Task goal: Return exactly the line that contains "amount=-CUT_EXTRUDE2_REACH, mode=Mode.PRIVATE) & part.part" and all lines beneath it in the entries, through the very last one.

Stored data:

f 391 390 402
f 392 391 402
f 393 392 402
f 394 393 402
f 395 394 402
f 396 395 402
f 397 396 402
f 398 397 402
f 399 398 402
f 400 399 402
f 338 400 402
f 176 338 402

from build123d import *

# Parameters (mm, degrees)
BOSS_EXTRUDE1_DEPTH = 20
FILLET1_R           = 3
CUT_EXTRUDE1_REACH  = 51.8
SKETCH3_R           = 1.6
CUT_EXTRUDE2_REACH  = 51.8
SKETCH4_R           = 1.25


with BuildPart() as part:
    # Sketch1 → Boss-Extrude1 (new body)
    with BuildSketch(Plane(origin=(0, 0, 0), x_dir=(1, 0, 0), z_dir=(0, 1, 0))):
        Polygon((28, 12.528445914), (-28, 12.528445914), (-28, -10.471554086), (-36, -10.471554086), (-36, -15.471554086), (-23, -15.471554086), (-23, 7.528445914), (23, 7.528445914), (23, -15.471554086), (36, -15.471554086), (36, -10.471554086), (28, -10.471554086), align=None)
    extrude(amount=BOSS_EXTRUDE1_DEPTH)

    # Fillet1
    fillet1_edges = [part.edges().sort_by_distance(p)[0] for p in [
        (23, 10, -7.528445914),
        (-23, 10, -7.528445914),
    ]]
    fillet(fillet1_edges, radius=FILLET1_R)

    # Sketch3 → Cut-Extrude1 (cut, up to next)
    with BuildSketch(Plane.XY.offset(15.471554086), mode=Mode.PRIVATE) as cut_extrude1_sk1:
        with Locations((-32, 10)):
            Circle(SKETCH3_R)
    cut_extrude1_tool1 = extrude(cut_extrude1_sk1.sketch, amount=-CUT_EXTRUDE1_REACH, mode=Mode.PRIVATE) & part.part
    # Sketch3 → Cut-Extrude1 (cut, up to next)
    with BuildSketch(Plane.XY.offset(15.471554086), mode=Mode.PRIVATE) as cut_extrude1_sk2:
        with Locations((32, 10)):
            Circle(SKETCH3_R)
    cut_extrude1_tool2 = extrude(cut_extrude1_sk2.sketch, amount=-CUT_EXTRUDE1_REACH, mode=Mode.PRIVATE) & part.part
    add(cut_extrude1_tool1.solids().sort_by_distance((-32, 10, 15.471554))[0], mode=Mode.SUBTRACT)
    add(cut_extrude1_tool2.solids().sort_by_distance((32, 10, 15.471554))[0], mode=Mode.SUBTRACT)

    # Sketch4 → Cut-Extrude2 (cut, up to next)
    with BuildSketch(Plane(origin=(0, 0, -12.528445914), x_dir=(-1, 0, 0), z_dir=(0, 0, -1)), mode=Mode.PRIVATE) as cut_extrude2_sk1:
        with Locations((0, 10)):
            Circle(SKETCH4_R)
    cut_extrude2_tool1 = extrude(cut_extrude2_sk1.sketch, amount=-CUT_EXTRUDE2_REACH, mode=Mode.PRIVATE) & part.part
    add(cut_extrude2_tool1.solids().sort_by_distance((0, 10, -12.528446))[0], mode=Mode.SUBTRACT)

Answer space:
    cut_extrude2_tool1 = extrude(cut_extrude2_sk1.sketch, amount=-CUT_EXTRUDE2_REACH, mode=Mode.PRIVATE) & part.part
    add(cut_extrude2_tool1.solids().sort_by_distance((0, 10, -12.528446))[0], mode=Mode.SUBTRACT)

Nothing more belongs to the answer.